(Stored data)

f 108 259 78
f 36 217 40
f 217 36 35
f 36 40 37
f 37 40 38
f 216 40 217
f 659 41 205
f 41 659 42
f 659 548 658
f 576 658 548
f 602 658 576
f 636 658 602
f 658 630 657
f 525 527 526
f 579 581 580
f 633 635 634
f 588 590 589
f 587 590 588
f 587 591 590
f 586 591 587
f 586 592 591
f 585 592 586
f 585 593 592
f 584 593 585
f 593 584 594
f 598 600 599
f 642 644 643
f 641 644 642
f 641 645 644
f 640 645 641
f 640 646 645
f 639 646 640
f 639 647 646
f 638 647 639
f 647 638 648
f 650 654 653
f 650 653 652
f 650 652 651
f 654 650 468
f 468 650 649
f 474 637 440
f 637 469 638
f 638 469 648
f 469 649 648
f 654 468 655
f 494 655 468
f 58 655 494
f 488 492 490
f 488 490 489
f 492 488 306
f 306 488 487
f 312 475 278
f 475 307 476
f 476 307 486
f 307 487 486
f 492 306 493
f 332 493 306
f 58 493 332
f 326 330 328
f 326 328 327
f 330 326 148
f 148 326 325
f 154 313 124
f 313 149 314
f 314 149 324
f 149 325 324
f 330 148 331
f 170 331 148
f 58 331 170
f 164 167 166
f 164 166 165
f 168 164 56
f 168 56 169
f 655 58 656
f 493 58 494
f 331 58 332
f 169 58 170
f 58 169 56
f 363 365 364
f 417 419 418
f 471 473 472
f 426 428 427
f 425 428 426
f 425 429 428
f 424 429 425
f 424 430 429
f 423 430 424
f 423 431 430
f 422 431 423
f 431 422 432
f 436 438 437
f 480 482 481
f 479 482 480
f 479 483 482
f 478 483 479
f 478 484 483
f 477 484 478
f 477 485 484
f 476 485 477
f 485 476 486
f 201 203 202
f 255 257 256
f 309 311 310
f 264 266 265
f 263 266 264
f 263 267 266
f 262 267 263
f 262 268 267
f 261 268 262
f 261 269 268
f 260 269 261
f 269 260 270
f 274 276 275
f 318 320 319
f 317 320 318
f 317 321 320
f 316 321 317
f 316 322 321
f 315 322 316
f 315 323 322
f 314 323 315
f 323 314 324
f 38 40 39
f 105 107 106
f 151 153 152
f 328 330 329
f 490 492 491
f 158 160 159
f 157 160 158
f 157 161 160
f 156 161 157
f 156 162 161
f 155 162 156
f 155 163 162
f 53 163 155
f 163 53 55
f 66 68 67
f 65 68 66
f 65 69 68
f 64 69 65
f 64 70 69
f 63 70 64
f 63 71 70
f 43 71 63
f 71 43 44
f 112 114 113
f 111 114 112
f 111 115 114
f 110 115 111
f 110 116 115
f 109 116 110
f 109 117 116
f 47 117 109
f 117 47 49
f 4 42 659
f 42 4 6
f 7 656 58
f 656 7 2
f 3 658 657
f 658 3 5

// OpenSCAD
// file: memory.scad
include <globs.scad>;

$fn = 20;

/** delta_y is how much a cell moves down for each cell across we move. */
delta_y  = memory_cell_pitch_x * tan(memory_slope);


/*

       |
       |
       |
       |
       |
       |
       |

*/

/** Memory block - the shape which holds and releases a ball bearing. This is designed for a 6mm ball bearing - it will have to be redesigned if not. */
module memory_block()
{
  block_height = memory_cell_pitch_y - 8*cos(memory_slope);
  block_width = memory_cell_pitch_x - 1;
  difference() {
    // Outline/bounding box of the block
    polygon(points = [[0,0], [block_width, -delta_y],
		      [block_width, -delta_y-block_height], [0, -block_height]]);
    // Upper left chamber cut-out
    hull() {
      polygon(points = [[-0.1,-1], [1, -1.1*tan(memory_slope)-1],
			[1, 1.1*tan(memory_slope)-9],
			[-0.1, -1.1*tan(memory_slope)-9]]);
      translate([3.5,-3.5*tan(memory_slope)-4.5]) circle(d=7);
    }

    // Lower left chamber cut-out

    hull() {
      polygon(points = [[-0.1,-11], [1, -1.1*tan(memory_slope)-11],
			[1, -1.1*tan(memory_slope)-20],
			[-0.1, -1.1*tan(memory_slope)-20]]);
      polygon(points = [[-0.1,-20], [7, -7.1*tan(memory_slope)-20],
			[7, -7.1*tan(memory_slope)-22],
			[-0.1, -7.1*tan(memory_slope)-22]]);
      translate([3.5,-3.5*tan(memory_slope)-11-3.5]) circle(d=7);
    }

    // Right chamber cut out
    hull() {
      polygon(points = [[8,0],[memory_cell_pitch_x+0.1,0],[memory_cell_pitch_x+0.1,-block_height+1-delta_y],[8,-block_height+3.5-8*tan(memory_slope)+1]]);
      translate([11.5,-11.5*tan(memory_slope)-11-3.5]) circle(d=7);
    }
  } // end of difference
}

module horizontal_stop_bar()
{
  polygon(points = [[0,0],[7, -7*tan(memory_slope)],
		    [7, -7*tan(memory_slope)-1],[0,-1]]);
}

ASSIGNED TASK: When a line of the data above holds the string "left", count it, and reply with the resulting number only.

SOLUTION FOR THIS TASK: 2